In an environment where employees take ownership of their positions and care for the overall well-being of the business, Ricart says this helps make his job easier.
“It allows me to do my job better because I’m not worried about what I say, because everything is very honest and transparent and open with everyone,” he said. “Management truly defends the employees, as well.”
Another tip that Ricart gave for dealers is that if you want to build a fan base for your dealership, you have to start with your own employees.
“We learned years ago when we started our culture change that if the employees aren’t advocates of the dealership the customers never will be,” he said “That sounds crazy, but I remember five years ago there’d be someone that worked in the service department that didn’t want to buy a car from the company they worked for because they didn’t get along well with the used-car department.
“It gave us a lot of opportunity to improve those things. You need to make sure that every employee is proud of where they work.”
Success of the used-car recon department
Speaking with Auto Remarketing in late December, Ricart said the turn-time that week in the Ricart Used Car Factory’s reconditioning department was currently 5.2 days, with its peak at one point as low as 3.9 days. The recon team, which utilizes the Motor Trend Certified Vehicle program, tries to get each vehicle show-ready in less than four days so it can go into the “photo lab,” where each vehicle gains 27 high-quality photos and is put online for sale.
Ricart says he enjoys the program because, instead of having six different teams, one for each make, he has one team certifying all of the Factory’s vehicles. That one team, with 20 technicians designated to used vehicles, shares 14 service bays and performs the same inspection on each vehicle. He says the recon department has come a long way — when they first started tracking turn time on vehicles, they stood at 11 days.
The goal of “sustainable growth” is exactly what is reflected in his Used Car Factory’s sales figures. At the end of November, it had sold exactly 7,787 used vehicles in 2015, an over 700-vehicle increase over the first 11 months in 2014 (7,054 used-units retailed) and roughly tying the overall sales figure for 2014. Speaking conservatively, Ricart says the Factory was expected to end the year at 8,400 to 8,500 used units retailed, a 10-percent jump over last year’s figures.
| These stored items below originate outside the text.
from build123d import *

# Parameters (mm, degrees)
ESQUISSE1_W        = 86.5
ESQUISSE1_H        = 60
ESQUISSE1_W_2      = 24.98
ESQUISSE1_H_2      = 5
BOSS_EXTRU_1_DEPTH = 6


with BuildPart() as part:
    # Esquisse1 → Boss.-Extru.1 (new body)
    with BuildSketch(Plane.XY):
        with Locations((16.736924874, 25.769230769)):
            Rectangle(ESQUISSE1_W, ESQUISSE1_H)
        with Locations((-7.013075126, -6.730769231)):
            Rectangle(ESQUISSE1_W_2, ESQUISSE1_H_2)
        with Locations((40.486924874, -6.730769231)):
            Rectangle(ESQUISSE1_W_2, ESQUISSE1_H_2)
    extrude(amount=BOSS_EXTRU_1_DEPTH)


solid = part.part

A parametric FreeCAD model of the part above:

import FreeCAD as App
import Part
import Sketcher
from FreeCAD import Vector

doc = App.newDocument("Part")
params = doc.addObject("Spreadsheet::Sheet", "Params")
for row, (alias, value) in enumerate([
    ("sketch1_height", "60 mm"),
    ("sketch1_height2", "5 mm"),
    ("sketch1_width", "86.5 mm"),
    ("sketch1_width2", "7.01 mm"),
    ("sketch1_width3", "24.98 mm"),
    ("pad1_length", "6 mm"),
], start=1):
    params.set(f"A{row}", alias)
    params.set(f"B{row}", "=" + value)
    params.setAlias(f"B{row}", alias)

body = doc.addObject("PartDesign::Body", "Body")

# Sketch on XY plane
sketch1 = body.newObject("Sketcher::SketchObject", "Sketch")
sketch1.AttachmentSupport = (doc.getObject("XY_Plane"), [""])
sketch1.MapMode = "FlatFace"
sketch1.addGeometry([
    Part.LineSegment(Vector(-27, 56, 0), Vector(-27, -4, 0)),  # 0
    Part.LineSegment(Vector(-27, -4, 0), Vector(-20, -4, 0)),  # 1
    Part.LineSegment(Vector(-20, -4, 0), Vector(-20, -9, 0)),  # 2
    Part.LineSegment(Vector(-20, -9, 0), Vector(5, -9, 0)),  # 3
    Part.LineSegment(Vector(5, -9, 0), Vector(5, -4, 0)),  # 4
    Part.LineSegment(Vector(5, -4, 0), Vector(28, -4, 0)),  # 5
    Part.LineSegment(Vector(28, -4, 0), Vector(28, -9, 0)),  # 6
    Part.LineSegment(Vector(28, -9, 0), Vector(53, -9, 0)),  # 7
    Part.LineSegment(Vector(53, -9, 0), Vector(53, -4, 0)),  # 8
    Part.LineSegment(Vector(53, -4, 0), Vector(60, -4, 0)),  # 9
    Part.LineSegment(Vector(60, -4, 0), Vector(60, 56, 0)),  # 10
    Part.LineSegment(Vector(60, 56, 0), Vector(-27, 56, 0)),  # 11
], False)
sketch1.addConstraint([
    Sketcher.Constraint("Coincident", 0, 2, 1, 1),
    Sketcher.Constraint("Coincident", 1, 2, 2, 1),
    Sketcher.Constraint("Coincident", 2, 2, 3, 1),
    Sketcher.Constraint("Coincident", 3, 2, 4, 1),
    Sketcher.Constraint("Coincident", 4, 2, 5, 1),
    Sketcher.Constraint("Coincident", 5, 2, 6, 1),
    Sketcher.Constraint("Coincident", 6, 2, 7, 1),
    Sketcher.Constraint("Coincident", 7, 2, 8, 1),
    Sketcher.Constraint("Coincident", 8, 2, 9, 1),
    Sketcher.Constraint("Coincident", 9, 2, 10, 1),
    Sketcher.Constraint("Coincident", 10, 2, 11, 1),
    Sketcher.Constraint("Coincident", 11, 2, 0, 1),
    Sketcher.Constraint("Vertical", 0),
    Sketcher.Constraint("Horizontal", 1),
    Sketcher.Constraint("Vertical", 2),
    Sketcher.Constraint("Horizontal", 3),
    Sketcher.Constraint("Vertical", 4),
    Sketcher.Constraint("Horizontal", 5),
    Sketcher.Constraint("Vertical", 6),
    Sketcher.Constraint("Horizontal", 7),
    Sketcher.Constraint("Vertical", 8),
    Sketcher.Constraint("Horizontal", 9),
    Sketcher.Constraint("Vertical", 10),
    Sketcher.Constraint("Horizontal", 11),
    Sketcher.Constraint("Horizontal", 1, 2, 4, 2),
    Sketcher.Constraint("Horizontal", 3, 2, 6, 2),
    Sketcher.Constraint("Horizontal", 5, 2, 8, 2),
    Sketcher.Constraint("Equal", 3, 7),
    Sketcher.Constraint("Equal", 1, 9),
    Sketcher.Constraint("DistanceY", 0, 2, 0, 1, 60.0),
    Sketcher.Constraint("DistanceY", 2, 2, 2, 1, 5.0),
    Sketcher.Constraint("DistanceX", 11, 2, 11, 1, 86.5),
    Sketcher.Constraint("DistanceX", 1, 1, 1, 2, 7.01),
    Sketcher.Constraint("DistanceX", 3, 1, 3, 2, 24.98),
    Sketcher.Constraint("DistanceY", 0, 2, -1, 1, 4.230769),
    Sketcher.Constraint("DistanceX", 0, 2, -1, 1, 26.513075),
])
sketch1.setExpression("Constraints[29]", "Params.sketch1_height")
sketch1.setExpression("Constraints[30]", "Params.sketch1_height2")
sketch1.setExpression("Constraints[31]", "Params.sketch1_width")
sketch1.setExpression("Constraints[32]", "Params.sketch1_width2")
sketch1.setExpression("Constraints[33]", "Params.sketch1_width3")
pad1 = body.newObject("PartDesign::Pad", "Pad")
pad1.Profile = sketch1
pad1.setExpression("Length", "Params.pad1_length")

doc.recompute()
Ricart says he knows the Factory could retail quite a bit more — but the focus is currently on quality over quantity.
“We’re looking for sustainable growth,” he said. “We could go buy a whole bunch of cars as cheap as we can and lose money to market them and say, ‘Hey, we sold 10,000 cars this year.’ But if you don’t sell 10,000 or more next year, then it was false pride, or whatever you call that.”
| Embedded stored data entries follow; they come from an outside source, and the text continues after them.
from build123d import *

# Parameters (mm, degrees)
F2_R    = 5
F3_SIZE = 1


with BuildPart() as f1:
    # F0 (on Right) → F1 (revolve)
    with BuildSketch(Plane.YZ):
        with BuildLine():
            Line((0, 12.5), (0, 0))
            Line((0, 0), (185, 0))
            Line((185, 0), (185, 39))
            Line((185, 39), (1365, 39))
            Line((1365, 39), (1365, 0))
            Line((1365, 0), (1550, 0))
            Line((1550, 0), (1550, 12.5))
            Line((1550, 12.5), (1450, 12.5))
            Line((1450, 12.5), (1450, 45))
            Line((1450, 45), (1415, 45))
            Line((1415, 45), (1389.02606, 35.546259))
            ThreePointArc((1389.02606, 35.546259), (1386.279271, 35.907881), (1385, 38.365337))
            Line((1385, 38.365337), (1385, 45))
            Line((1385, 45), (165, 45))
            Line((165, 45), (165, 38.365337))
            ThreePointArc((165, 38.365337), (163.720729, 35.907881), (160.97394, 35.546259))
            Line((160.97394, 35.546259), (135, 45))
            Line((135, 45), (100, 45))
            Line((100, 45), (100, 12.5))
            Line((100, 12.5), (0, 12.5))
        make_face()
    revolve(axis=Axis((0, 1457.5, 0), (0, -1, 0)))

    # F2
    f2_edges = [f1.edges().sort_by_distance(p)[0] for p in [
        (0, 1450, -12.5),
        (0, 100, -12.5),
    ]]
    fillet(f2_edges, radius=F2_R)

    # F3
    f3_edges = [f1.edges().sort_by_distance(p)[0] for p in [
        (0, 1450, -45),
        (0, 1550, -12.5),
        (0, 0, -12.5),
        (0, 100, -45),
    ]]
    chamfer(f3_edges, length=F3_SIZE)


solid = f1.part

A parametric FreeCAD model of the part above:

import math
import FreeCAD as App
import Part
import Sketcher
Q = App.Units.Quantity


def edges_at(feature, points):
    """Names of the edges that pass closest to the given points."""
    edges = feature.Shape.Edges
    near = lambda p: min(range(len(edges)), key=lambda i: edges[i].distToShape(Part.Vertex(*p))[0])
    return sorted({f"Edge{near(p) + 1}" for p in points})

doc = App.newDocument("Part")
body = doc.addObject("PartDesign::Body", "Body")

sketch1 = body.newObject("Sketcher::SketchObject", "Sketch")
sketch1.AttachmentSupport = (doc.getObject("YZ_Plane"), [""])
sketch1.MapMode = "FlatFace"
sketch1.addGeometry([
    Part.LineSegment(App.Vector(0, 12.5, 0), App.Vector(0, 0, 0)),
    Part.LineSegment(App.Vector(0, 0, 0), App.Vector(185, 0, 0)),
    Part.LineSegment(App.Vector(185, 0, 0), App.Vector(185, 39, 0)),
    Part.LineSegment(App.Vector(185, 39, 0), App.Vector(1365, 39, 0)),
    Part.LineSegment(App.Vector(1365, 39, 0), App.Vector(1365, 0, 0)),
    Part.LineSegment(App.Vector(1365, 0, 0), App.Vector(1550, 0, 0)),
    Part.LineSegment(App.Vector(1550, 0, 0), App.Vector(1550, 12.5, 0)),
    Part.LineSegment(App.Vector(1550, 12.5, 0), App.Vector(1450, 12.5, 0)),
    Part.LineSegment(App.Vector(1450, 12.5, 0), App.Vector(1450, 45, 0)),
    Part.LineSegment(App.Vector(1450, 45, 0), App.Vector(1415, 45, 0)),
    Part.LineSegment(App.Vector(1415, 45, 0), App.Vector(1389, 35.5, 0)),
    Part.ArcOfCircle(Part.Circle(App.Vector(1388, 38.4, 0), App.Vector(0, 0, 1), 3), math.radians(-180), math.radians(-70)),
    Part.LineSegment(App.Vector(1385, 38.4, 0), App.Vector(1385, 45, 0)),
    Part.LineSegment(App.Vector(1385, 45, 0), App.Vector(165, 45, 0)),
    Part.LineSegment(App.Vector(165, 45, 0), App.Vector(165, 38.4, 0)),
    Part.ArcOfCircle(Part.Circle(App.Vector(162, 38.4, 0), App.Vector(0, 0, 1), 3), math.radians(-110), math.radians(0)),
    Part.LineSegment(App.Vector(161, 35.5, 0), App.Vector(135, 45, 0)),
    Part.LineSegment(App.Vector(135, 45, 0), App.Vector(100, 45, 0)),
    Part.LineSegment(App.Vector(100, 45, 0), App.Vector(100, 12.5, 0)),
    Part.LineSegment(App.Vector(100, 12.5, 0), App.Vector(0, 12.5, 0)),
], False)
sketch1.addConstraint([
    Sketcher.Constraint("Coincident", 0, 2, 1, 1),
    Sketcher.Constraint("Coincident", 1, 2, 2, 1),
    Sketcher.Constraint("Coincident", 2, 2, 3, 1),
    Sketcher.Constraint("Coincident", 3, 2, 4, 1),
    Sketcher.Constraint("Coincident", 4, 2, 5, 1),
    Sketcher.Constraint("Coincident", 5, 2, 6, 1),
    Sketcher.Constraint("Coincident", 6, 2, 7, 1),
    Sketcher.Constraint("Coincident", 7, 2, 8, 1),
    Sketcher.Constraint("Coincident", 8, 2, 9, 1),
    Sketcher.Constraint("Coincident", 9, 2, 10, 1),
    Sketcher.Constraint("Tangent", 10, 2, 11, 2),
    Sketcher.Constraint("Tangent", 11, 1, 12, 1),
    Sketcher.Constraint("Coincident", 12, 2, 13, 1),
    Sketcher.Constraint("Coincident", 13, 2, 14, 1),
    Sketcher.Constraint("Tangent", 14, 2, 15, 2),
    Sketcher.Constraint("Tangent", 15, 1, 16, 1),
    Sketcher.Constraint("Coincident", 16, 2, 17, 1),
    Sketcher.Constraint("Coincident", 17, 2, 18, 1),
    Sketcher.Constraint("Coincident", 18, 2, 19, 1),
    Sketcher.Constraint("Coincident", 19, 2, 0, 1),
    Sketcher.Constraint("Vertical", 0),
    Sketcher.Constraint("Horizontal", 1),
    Sketcher.Constraint("Vertical", 2),
    Sketcher.Constraint("Horizontal", 3),
    Sketcher.Constraint("Vertical", 4),
    Sketcher.Constraint("Horizontal", 5),
    Sketcher.Constraint("Vertical", 6),
    Sketcher.Constraint("Horizontal", 7),
    Sketcher.Constraint("Vertical", 8),
    Sketcher.Constraint("Horizontal", 9),
    Sketcher.Constraint("Vertical", 12),
    Sketcher.Constraint("Horizontal", 13),
    Sketcher.Constraint("Vertical", 14),
    Sketcher.Constraint("Horizontal", 17),
    Sketcher.Constraint("Vertical", 18),
    Sketcher.Constraint("Horizontal", 19),
    Sketcher.Constraint("Coincident", 0, 2, -1, 1),
    Sketcher.Constraint("Equal", 11, 15),
    Sketcher.Constraint("PointOnObject", 4, 2, -1),
    Sketcher.Constraint("Horizontal", 11, 3, 15, 3),
    Sketcher.Constraint("Horizontal", 9, 2, 12, 2),
    Sketcher.Constraint("Horizontal", 10, 2, 15, 1),
    Sketcher.Constraint("Horizontal", 13, 2, 16, 2),
    Sketcher.Constraint("Horizontal", 7, 2, 18, 2),
    Sketcher.Constraint("Equal", 1, 5),
    Sketcher.Constraint("Equal", 9, 17),
    Sketcher.Constraint("Equal", 7, 19),
    Sketcher.Constraint("Radius", 11, 3.0),
    Sketcher.Constraint("DistanceX", 1, 1, 1, 2, 185.0),
    Sketcher.Constraint("DistanceX", 3, 1, 3, 2, 1180.0),
    Sketcher.Constraint("DistanceX", 7, 2, 7, 1, 100.0),
    Sketcher.Constraint("DistanceX", 9, 2, 9, 1, 35.0),
    Sketcher.Constraint("DistanceX", 13, 2, 13, 1, 1220.0),
    Sketcher.Constraint("DistanceY", 2, 1, 2, 2, 39.0),
    Sketcher.Constraint("Angle", 10, Q("-160 deg")),
    Sketcher.Constraint("DistanceY", 0, 2, 0, 1, 12.5),
    Sketcher.Constraint("DistanceY", 8, 1, 8, 2, 32.5),
])
revolution = body.newObject("PartDesign::Revolution", "Revolution")
revolution.Profile = sketch1
revolution.ReferenceAxis = (sketch1, ["H_Axis"])
revolution.Angle = 360
doc.recompute()

fillet = body.newObject("PartDesign::Fillet", "Fillet")
fillet.Base = (revolution, edges_at(revolution, [(0, 1450, -12.5), (0, 100, -12.5)]))
fillet.Radius = 5
doc.recompute()

chamfer = body.newObject("PartDesign::Chamfer", "Chamfer")
chamfer.Base = (fillet, edges_at(fillet, [
    (0, 1450, -45),
    (0, 1550, -12.5),
    (0, 0, -12.5),
    (0, 100, -45),
]))
chamfer.Size = 1

doc.recompute()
Not every dealership group can count the Utah Jazz as a sister company.
But like Karl Malone taking flight off a John Stockton bounce pass, the Larry H. Miller Dealerships organization is assisted by the cross-marketing opportunities of being under the same corporate umbrella as an NBA franchise.
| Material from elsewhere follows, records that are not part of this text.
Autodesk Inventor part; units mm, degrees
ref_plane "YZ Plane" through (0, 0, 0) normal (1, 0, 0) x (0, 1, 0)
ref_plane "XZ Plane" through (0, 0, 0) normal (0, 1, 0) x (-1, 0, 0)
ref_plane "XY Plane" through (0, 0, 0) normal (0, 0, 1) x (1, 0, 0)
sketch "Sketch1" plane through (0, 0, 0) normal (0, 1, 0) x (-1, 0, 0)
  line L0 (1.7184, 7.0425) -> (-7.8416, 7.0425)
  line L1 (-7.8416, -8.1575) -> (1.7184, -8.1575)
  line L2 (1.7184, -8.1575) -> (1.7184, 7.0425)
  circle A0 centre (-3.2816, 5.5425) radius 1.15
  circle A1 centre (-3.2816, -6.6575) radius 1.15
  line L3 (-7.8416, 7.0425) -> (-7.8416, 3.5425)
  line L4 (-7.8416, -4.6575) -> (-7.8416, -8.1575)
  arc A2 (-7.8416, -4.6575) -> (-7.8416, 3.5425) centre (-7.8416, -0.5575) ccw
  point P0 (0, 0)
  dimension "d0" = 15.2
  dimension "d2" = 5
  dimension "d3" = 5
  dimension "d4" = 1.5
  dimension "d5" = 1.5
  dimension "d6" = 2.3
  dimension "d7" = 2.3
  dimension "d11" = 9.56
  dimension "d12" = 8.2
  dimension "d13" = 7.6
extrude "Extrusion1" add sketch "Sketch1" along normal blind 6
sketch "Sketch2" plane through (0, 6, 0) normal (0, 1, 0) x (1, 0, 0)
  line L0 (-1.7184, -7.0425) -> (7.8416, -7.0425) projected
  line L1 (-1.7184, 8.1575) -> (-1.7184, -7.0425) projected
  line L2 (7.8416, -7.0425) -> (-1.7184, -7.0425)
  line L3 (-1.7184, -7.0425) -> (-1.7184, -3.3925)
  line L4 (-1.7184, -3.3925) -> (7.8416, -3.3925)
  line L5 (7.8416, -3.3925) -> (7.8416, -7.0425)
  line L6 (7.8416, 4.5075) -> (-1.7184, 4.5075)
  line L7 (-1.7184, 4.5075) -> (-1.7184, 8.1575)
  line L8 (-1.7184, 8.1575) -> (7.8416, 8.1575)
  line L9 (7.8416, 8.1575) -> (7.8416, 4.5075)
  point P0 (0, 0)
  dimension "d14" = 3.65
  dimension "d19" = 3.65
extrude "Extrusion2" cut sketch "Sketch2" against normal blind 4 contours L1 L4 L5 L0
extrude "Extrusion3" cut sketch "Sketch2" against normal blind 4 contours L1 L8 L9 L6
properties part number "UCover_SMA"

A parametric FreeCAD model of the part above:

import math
import FreeCAD as App
import Part
import Sketcher

V = App.Vector


def add_polygon(sketch, points):
    """Adds a closed chain of lines whose ends are joined by coincident constraints."""
    first, n = sketch.GeometryCount, len(points)
    for a, b in zip(points, points[1:] + points[:1]):
        sketch.addGeometry(Part.LineSegment(App.Vector(*a, 0), App.Vector(*b, 0)), False)
    for i in range(n):
        sketch.addConstraint(Sketcher.Constraint("Coincident", first + i, 2, first + (i + 1) % n, 1))

doc = App.newDocument("Part")
body = doc.addObject("PartDesign::Body", "Body")

# Sketch on XZ plane
sketch1 = doc.addObject("Sketcher::SketchObject", "Sketch")
body.addObject(sketch1)
sketch1.AttachmentSupport = (doc.XZ_Plane, [""])
sketch1.MapMode = "FlatFace"
sketch1.addGeometry([
    Part.LineSegment(V(-1.7, -8.2, 0), V(-1.7, 7, 0)),  # 0
    Part.LineSegment(V(-1.7, 7, 0), V(7.8, 7, 0)),  # 1
    Part.LineSegment(V(7.8, 7, 0), V(7.8, 3.5, 0)),  # 2
    Part.ArcOfCircle(Part.Circle(V(7.8, -0.6, 0), V(0, 0, 1), 4.1), math.radians(90), math.radians(270)),  # 3
    Part.LineSegment(V(7.8, -4.7, 0), V(7.8, -8.2, 0)),  # 4
    Part.LineSegment(V(7.8, -8.2, 0), V(-1.7, -8.2, 0)),  # 5
    Part.Circle(V(3.3, -6.7, 0), V(0, 0, 1), 1.1),  # 6
    Part.Circle(V(3.3, 5.5, 0), V(0, 0, 1), 1.1),  # 7
], False)
sketch1.addConstraint([
    Sketcher.Constraint("Coincident", 0, 2, 1, 1),
    Sketcher.Constraint("Coincident", 1, 2, 2, 1),
    Sketcher.Constraint("Coincident", 2, 2, 3, 1),
    Sketcher.Constraint("Coincident", 3, 2, 4, 1),
    Sketcher.Constraint("Coincident", 4, 2, 5, 1),
    Sketcher.Constraint("Coincident", 5, 2, 0, 1),
    Sketcher.Constraint("Vertical", 0),
    Sketcher.Constraint("Horizontal", 1),
    Sketcher.Constraint("Vertical", 2),
    Sketcher.Constraint("Vertical", 4),
    Sketcher.Constraint("Horizontal", 5),
    Sketcher.Constraint("Equal", 6, 7),
    Sketcher.Constraint("Vertical", 6, 3, 7, 3),
    Sketcher.Constraint("Vertical", 3, 3, 1, 2),
    Sketcher.Constraint("Vertical", 2, 2, 3, 2),
    Sketcher.Constraint("Equal", 2, 4),
    Sketcher.Constraint("Diameter", 6, 2.3),
    Sketcher.Constraint("Radius", 3, 4.1),
    Sketcher.Constraint("DistanceY", 0, 1, 0, 2, 15.2),
    Sketcher.Constraint("DistanceX", 0, 2, 7, 3, 5.0),
    Sketcher.Constraint("DistanceX", 1, 1, 1, 2, 9.56),
    Sketcher.Constraint("DistanceY", 7, 3, 0, 2, 1.5),
    Sketcher.Constraint("DistanceY", 4, 2, 6, 3, 1.5),
    Sketcher.Constraint("DistanceX", -1, 1, 3, 3, 7.8416),
    Sketcher.Constraint("DistanceY", 3, 3, -1, 1, 0.5575),
])
pad1 = doc.addObject("PartDesign::Pad", "Pad")
body.addObject(pad1)
pad1.Profile = sketch1
pad1.Length = 6
pad1.Reversed = True

# Sketch on XZ plane
sketch2 = doc.addObject("Sketcher::SketchObject", "Sketch001")
body.addObject(sketch2)
sketch2.AttachmentSupport = (doc.XZ_Plane, [""])
sketch2.MapMode = "FlatFace"
sketch2.AttachmentOffset = App.Placement(V(0, 0, -6), App.Rotation())
add_polygon(sketch2, [(-1.7, 3.4), (-1.7, 7), (7.8, 7), (7.8, 3.4)])  # lines 0-3
sketch2.addConstraint([
    Sketcher.Constraint("Vertical", 0),
    Sketcher.Constraint("Horizontal", 1),
    Sketcher.Constraint("Vertical", 2),
    Sketcher.Constraint("Horizontal", 3),
    Sketcher.Constraint("DistanceY", 0, 1, 0, 2, 3.65),
    Sketcher.Constraint("DistanceX", 1, 1, 1, 2, 9.56),
    Sketcher.Constraint("DistanceX", 0, 2, -1, 1, 1.7184),
    Sketcher.Constraint("DistanceY", -1, 1, 0, 2, 7.0425),
])
pocket1 = doc.addObject("PartDesign::Pocket", "Pocket")
body.addObject(pocket1)
pocket1.Profile = sketch2
pocket1.Length = 4
pocket1.Reversed = True

# Sketch on XZ plane
sketch3 = doc.addObject("Sketcher::SketchObject", "Sketch002")
body.addObject(sketch3)
sketch3.AttachmentSupport = (doc.XZ_Plane, [""])
sketch3.MapMode = "FlatFace"
sketch3.AttachmentOffset = App.Placement(V(0, 0, -6), App.Rotation())
add_polygon(sketch3, [(-1.7, -8.2), (-1.7, -4.5), (7.8, -4.5), (7.8, -8.2)])  # lines 0-3
sketch3.addConstraint([
    Sketcher.Constraint("Vertical", 0),
    Sketcher.Constraint("Horizontal", 1),
    Sketcher.Constraint("Vertical", 2),
    Sketcher.Constraint("Horizontal", 3),
    Sketcher.Constraint("DistanceY", 0, 1, 0, 2, 3.65),
    Sketcher.Constraint("DistanceX", 1, 1, 1, 2, 9.56),
    Sketcher.Constraint("DistanceX", 0, 2, -1, 1, 1.7184),
    Sketcher.Constraint("DistanceY", 0, 2, -1, 1, 4.5075),
])
pocket2 = doc.addObject("PartDesign::Pocket", "Pocket001")
body.addObject(pocket2)
pocket2.Profile = sketch3
pocket2.Length = 4
pocket2.Reversed = True

doc.recompute()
LHM Dealerships is, of course, part of the Larry H. Miller Group of Companies, which includes everything from sports franchises and movie theaters to car dealerships and TV/radio stations, just to name a few verticals.
The larger company aims to “cross-promote each entity within the group,” said Rod Rowley, who is vice president of new and used inventory at LHM Dealerships.
So, that might be offering movie tickets as an added perk during a car sale.
Or showing commercials for the dealerships during a movie at one of the company’s theaters, Rowley told Auto Remarketing during a late December phone interview.
This mutually beneficial practice of one division using its talents and resources to help another can also be found within the LHM Dealerships organization itself.
Case in point, its inventory management approach to make sure the right used-car supply is at the right store.
The retailer has an internal daily report that shows the days’ supply at each store, Rowley said. This allows LHM Dealerships to focus on specific stores, as needed.
In other words, who needs inventory, who has too much.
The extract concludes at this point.